El anuncio del Presidente dejó también otros temas relevantes sobre la mesa, la decisión de avanzar en la construcción de la base naval integrada de Tierra del Fuego y la conformación de un Consejo de Seguridad integrado por Cancillería, los ministerios de Defensa y Economía y la Secretaría de Inteligencia del Estado. Hay alguna inquietud en la oposición sobre si el Consejo de Seguridad no tendrá como objetivo introducir a la SIDE o las Fuerzas Armadas en cuestiones de seguridad interior hasta ahora vedadas. Habrá que ver la letra de la ley.

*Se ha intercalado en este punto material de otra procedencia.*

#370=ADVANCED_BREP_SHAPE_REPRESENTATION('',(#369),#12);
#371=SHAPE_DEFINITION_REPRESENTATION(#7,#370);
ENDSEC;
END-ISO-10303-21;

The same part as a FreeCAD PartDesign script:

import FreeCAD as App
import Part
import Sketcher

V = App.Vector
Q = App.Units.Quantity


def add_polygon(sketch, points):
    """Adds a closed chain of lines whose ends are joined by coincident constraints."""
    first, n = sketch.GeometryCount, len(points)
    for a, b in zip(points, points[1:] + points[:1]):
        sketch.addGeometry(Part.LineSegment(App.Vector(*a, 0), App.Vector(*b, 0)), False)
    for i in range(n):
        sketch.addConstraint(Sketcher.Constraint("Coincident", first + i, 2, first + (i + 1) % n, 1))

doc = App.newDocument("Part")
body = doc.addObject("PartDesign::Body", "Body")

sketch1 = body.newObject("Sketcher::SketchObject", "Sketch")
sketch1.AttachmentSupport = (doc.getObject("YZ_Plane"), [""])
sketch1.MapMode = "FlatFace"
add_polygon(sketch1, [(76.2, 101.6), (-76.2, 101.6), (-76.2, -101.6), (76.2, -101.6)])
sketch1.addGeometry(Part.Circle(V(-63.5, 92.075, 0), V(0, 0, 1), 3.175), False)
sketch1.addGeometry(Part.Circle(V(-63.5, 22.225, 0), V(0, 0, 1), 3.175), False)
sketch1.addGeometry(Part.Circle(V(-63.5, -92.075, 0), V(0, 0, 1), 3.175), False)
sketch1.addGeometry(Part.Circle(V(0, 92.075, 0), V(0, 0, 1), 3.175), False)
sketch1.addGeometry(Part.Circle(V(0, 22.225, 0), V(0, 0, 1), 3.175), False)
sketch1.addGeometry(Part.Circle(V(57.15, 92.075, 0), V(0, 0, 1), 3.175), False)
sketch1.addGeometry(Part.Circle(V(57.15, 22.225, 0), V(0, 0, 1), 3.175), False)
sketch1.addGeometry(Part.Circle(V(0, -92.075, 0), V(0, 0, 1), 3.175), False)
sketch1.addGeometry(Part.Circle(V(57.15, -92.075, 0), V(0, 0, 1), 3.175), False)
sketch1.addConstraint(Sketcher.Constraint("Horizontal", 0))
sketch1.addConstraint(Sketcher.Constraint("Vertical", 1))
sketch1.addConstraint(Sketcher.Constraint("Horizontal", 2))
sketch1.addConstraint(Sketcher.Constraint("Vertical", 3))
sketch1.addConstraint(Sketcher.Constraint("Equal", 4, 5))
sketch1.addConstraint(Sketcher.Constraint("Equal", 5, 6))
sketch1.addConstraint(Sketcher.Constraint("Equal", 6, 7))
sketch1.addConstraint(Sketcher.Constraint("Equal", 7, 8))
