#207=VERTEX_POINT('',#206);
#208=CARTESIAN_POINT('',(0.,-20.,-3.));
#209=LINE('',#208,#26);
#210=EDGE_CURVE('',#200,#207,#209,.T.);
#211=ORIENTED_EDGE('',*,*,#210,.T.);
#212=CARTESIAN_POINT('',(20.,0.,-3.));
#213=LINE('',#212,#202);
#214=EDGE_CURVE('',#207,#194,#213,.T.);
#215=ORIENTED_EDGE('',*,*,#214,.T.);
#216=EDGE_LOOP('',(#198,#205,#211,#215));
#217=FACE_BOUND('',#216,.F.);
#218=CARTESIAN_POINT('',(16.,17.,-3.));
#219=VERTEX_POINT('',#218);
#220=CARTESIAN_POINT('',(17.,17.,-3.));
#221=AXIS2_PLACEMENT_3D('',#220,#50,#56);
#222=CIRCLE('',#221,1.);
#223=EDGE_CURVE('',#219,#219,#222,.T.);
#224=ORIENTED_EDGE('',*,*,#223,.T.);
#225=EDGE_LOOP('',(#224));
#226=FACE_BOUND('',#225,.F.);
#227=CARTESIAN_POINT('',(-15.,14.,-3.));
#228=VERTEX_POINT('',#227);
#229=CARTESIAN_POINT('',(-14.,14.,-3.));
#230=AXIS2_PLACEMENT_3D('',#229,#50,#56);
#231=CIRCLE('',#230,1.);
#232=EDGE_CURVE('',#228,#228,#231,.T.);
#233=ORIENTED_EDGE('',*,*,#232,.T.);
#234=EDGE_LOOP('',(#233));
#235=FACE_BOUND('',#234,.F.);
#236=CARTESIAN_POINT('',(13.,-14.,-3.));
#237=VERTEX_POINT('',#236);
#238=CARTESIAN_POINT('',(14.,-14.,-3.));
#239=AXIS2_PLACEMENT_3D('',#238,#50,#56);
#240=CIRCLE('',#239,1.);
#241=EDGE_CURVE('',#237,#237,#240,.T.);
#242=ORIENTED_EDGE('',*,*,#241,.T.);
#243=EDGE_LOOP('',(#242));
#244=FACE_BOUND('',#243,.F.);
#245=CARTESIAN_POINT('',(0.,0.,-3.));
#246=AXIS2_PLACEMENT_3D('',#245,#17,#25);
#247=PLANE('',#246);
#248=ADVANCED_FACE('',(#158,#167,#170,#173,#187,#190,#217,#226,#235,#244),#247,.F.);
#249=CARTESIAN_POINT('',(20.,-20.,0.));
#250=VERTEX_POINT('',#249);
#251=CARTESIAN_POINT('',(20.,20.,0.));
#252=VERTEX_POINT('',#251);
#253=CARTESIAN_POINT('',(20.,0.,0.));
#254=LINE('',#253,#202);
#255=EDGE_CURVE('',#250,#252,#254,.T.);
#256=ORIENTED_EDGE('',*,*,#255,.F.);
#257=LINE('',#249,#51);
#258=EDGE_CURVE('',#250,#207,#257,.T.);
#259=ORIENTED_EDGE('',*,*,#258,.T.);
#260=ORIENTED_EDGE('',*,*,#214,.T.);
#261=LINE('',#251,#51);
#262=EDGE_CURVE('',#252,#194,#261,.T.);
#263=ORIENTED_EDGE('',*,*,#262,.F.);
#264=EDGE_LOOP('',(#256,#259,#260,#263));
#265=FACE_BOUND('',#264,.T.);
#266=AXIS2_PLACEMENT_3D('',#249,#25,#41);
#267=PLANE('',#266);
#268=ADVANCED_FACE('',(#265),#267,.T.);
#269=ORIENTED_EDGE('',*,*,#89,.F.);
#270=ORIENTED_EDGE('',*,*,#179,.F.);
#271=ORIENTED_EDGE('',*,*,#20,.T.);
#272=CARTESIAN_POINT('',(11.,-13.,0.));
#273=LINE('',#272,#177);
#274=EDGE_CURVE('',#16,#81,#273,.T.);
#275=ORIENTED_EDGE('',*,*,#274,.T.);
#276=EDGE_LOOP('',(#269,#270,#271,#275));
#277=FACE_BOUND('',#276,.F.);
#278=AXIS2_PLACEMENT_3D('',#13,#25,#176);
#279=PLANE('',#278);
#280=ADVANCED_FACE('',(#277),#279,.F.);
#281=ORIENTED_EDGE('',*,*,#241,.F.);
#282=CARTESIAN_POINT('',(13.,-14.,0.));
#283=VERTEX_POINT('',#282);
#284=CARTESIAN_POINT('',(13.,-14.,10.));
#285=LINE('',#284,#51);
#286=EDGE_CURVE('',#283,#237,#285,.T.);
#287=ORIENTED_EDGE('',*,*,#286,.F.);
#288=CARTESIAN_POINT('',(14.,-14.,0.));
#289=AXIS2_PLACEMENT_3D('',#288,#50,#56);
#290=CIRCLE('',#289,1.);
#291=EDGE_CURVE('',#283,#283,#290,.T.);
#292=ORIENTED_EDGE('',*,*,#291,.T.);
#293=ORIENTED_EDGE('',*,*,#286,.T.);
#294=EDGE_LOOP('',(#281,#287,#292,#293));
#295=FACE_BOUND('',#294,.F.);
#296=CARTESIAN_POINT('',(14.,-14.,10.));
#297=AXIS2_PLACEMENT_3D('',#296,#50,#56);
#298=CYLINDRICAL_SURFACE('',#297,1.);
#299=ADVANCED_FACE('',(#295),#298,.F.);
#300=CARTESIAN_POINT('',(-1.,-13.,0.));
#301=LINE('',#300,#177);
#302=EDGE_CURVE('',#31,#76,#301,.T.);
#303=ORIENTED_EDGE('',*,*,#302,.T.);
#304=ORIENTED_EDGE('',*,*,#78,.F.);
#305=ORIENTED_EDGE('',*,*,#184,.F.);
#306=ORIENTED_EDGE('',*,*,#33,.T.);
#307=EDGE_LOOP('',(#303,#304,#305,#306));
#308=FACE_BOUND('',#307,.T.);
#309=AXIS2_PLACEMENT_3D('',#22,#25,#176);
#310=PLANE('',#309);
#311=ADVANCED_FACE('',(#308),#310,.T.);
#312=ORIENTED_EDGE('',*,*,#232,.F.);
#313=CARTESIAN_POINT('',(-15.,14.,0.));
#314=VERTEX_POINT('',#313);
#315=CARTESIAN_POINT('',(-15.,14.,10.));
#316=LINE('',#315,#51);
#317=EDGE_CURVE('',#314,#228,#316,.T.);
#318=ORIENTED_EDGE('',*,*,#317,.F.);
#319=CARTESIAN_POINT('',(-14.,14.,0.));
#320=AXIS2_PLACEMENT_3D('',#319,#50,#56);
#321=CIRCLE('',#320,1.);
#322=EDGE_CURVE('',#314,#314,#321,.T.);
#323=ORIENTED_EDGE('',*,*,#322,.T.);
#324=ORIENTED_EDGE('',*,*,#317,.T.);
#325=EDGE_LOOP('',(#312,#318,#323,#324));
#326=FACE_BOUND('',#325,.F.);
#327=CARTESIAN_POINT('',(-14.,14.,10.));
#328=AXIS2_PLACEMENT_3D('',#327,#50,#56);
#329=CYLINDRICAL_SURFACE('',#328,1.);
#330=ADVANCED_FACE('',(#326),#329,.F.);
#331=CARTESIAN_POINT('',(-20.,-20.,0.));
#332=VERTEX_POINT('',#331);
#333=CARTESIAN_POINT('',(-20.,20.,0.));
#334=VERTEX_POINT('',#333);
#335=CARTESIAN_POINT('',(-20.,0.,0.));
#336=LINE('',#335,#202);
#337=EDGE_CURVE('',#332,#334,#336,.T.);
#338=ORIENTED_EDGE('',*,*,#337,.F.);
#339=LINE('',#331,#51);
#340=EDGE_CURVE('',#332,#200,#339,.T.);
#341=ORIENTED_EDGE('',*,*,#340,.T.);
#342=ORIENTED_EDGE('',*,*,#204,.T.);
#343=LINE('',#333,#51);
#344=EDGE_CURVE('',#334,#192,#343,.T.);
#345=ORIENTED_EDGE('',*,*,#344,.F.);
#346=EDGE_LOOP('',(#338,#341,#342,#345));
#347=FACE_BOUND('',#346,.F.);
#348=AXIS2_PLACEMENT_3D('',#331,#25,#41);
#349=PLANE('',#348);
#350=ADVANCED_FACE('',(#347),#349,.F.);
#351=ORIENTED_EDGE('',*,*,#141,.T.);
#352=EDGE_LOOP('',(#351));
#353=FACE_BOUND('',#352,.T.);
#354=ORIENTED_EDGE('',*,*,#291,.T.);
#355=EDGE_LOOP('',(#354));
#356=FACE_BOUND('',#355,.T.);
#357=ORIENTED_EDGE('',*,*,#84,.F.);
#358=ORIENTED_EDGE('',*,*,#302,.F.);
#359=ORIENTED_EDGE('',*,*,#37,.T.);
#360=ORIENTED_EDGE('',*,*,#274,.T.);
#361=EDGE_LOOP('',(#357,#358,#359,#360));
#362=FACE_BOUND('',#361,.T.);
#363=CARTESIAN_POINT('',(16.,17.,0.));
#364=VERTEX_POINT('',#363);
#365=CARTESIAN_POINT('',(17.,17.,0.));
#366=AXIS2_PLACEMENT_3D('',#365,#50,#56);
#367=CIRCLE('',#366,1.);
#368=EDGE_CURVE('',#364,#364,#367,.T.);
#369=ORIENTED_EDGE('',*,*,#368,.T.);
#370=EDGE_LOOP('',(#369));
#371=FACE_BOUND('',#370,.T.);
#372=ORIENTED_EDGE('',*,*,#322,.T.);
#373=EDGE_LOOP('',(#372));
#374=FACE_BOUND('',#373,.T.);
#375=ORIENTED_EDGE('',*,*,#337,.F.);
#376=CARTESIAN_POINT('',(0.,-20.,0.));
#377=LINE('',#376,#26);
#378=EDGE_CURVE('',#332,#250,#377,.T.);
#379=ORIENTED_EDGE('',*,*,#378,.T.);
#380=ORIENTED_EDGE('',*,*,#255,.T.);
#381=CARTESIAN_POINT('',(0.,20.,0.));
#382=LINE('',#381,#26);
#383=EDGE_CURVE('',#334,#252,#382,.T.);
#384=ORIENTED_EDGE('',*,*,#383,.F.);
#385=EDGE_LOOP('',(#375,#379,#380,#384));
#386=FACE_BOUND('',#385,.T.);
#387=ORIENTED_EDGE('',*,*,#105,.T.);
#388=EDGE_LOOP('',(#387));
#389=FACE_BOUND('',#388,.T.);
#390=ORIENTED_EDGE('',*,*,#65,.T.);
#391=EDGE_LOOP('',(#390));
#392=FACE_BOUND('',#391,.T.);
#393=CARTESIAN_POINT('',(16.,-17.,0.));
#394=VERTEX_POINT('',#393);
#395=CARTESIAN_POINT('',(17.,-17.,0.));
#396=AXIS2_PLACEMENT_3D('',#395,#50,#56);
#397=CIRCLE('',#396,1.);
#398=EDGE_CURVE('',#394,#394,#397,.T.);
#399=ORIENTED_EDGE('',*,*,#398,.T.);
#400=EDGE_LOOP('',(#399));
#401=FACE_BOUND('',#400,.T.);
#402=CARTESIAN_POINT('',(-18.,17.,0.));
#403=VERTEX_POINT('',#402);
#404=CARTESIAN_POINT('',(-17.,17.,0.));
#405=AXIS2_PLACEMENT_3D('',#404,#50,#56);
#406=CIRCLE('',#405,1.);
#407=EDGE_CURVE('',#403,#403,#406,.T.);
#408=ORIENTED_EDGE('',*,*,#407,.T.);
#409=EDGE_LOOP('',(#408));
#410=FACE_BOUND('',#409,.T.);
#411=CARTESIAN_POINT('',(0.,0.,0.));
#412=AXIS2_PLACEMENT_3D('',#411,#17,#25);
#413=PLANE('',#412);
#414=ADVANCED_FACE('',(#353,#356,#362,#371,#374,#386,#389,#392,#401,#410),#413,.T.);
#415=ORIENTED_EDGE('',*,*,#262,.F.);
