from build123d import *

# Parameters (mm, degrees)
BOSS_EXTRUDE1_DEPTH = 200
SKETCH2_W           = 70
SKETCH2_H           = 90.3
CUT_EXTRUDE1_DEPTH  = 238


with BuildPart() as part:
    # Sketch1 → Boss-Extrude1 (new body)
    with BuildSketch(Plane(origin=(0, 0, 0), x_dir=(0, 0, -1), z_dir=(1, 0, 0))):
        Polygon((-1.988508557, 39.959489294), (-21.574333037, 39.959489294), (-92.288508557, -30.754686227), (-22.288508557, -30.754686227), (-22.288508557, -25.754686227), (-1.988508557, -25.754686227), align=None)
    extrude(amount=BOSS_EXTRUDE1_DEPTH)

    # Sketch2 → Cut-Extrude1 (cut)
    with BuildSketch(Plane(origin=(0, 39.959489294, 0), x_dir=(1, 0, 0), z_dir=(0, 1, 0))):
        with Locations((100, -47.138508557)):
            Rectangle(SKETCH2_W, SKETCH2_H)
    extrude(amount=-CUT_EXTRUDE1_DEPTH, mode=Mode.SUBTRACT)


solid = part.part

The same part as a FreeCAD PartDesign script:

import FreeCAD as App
import Part
import Sketcher
Q = App.Units.Quantity


def add_polygon(sketch, points):
    """Adds a closed chain of lines whose ends are joined by coincident constraints."""
    first, n = sketch.GeometryCount, len(points)
    for a, b in zip(points, points[1:] + points[:1]):
        sketch.addGeometry(Part.LineSegment(App.Vector(*a, 0), App.Vector(*b, 0)), False)
    for i in range(n):
        sketch.addConstraint(Sketcher.Constraint("Coincident", first + i, 2, first + (i + 1) % n, 1))

doc = App.newDocument("Part")
body = doc.addObject("PartDesign::Body", "Body")
body.AllowCompound = True

# Sketch on YZ plane
sketch1 = body.newObject("Sketcher::SketchObject", "Sketch")
sketch1.AttachmentSupport = (doc.getObject("YZ_Plane"), [""])
sketch1.MapMode = "FlatFace"
add_polygon(sketch1, [(40, 2), (40, 22), (-31, 92), (-31, 22), (-26, 22), (-26, 2)])  # lines 0-5
sketch1.addConstraint([
    Sketcher.Constraint("Vertical", 0),
    Sketcher.Constraint("Vertical", 2),
    Sketcher.Constraint("Horizontal", 3),
    Sketcher.Constraint("Vertical", 4),
    Sketcher.Constraint("Horizontal", 5),
    Sketcher.Constraint("DistanceX", 3, 1, 3, 2, 5.0),
    Sketcher.Constraint("DistanceY", 2, 2, 2, 1, 70.0),
    Sketcher.Constraint("Angle", 1, Q("135 deg")),
    Sketcher.Constraint("DistanceY", 4, 2, 4, 1, 20.3),
    Sketcher.Constraint("DistanceX", 5, 1, 5, 2, 65.714176),
    Sketcher.Constraint("DistanceX", -1, 1, 0, 2, 39.959489),
    Sketcher.Constraint("DistanceY", -1, 1, 1, 2, 92.288509),
])
pad1 = body.newObject("PartDesign::Pad", "Pad")
pad1.Profile = sketch1
pad1.Length = 200

# Sketch on XZ plane
sketch2 = body.newObject("Sketcher::SketchObject", "Sketch001")
sketch2.AttachmentSupport = (doc.getObject("XZ_Plane"), [""])
sketch2.MapMode = "FlatFace"
sketch2.AttachmentOffset = App.Placement(App.Vector(0, 0, -39.959489), App.Rotation())
add_polygon(sketch2, [(65, 2), (65, 92), (135, 92), (135, 2)])  # lines 0-3
sketch2.addConstraint([
    Sketcher.Constraint("Vertical", 0),
    Sketcher.Constraint("Horizontal", 1),
    Sketcher.Constraint("Vertical", 2),
    Sketcher.Constraint("Horizontal", 3),
    Sketcher.Constraint("DistanceX", 1, 1, 1, 2, 70.0),
    Sketcher.Constraint("DistanceY", 0, 1, 0, 2, 90.3),
    Sketcher.Constraint("DistanceX", -1, 1, 0, 2, 65.0),
    Sketcher.Constraint("DistanceY", -1, 1, 0, 2, 92.288509),
])
pocket1 = body.newObject("PartDesign::Pocket", "Pocket")
pocket1.Profile = sketch2
pocket1.Length = 238
pocket1.Reversed = True

doc.recompute()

En tanto, el proyecto de la base naval fue anunciado en 2022, durante la gestión de Alberto Fernández. Milei lo paralizó apenas asumió, junto con el resto de la obra pública. Sin embargo, recibió allí en abril de 2024 a la entonces comandante del Comando Sur de Estados Unidos, Laura Richardson. Dijo que la mejor forma de defender la soberanía era "reforzar la alianza" con el país del norte. La visita conjunta alimentó sospechas sobre la eventual participación estadounidense en la construcción y posterior uso de la base. El Gobierno lo negó.

El canciller Pablo Quirno dijo este viernes que la construcción se hará con fondos propios. Cualquier ingreso de personal militar estadounidense requeriría de la aprobación del Congreso. Sin embargo, es claro que la cuestión es de interés de Estados Unidos. En las últimas horas, Donald Trump utilizó la causa Malvinas para tensionar con el gobierno británico por diferencias públicas en torno al gasto militar de la OTAN y la guerra en Irak. Hace menos de un año, elogiaba la “inestimable y eterna" alianza con el Reino Unido junto al rey Carlos III.

“Los hechos objetivos son correctos, las sanciones a las empresas, la construcción de la base naval. Pero la intencionalidad de Milei es reposicionar al Gobierno y la motivación para eso es la geopolítica de Trump. Milei actúa como un alfil de Trump”, dice el diputado peronista Agustín Rossi, exministro de Defensa y extitular de la SIDE.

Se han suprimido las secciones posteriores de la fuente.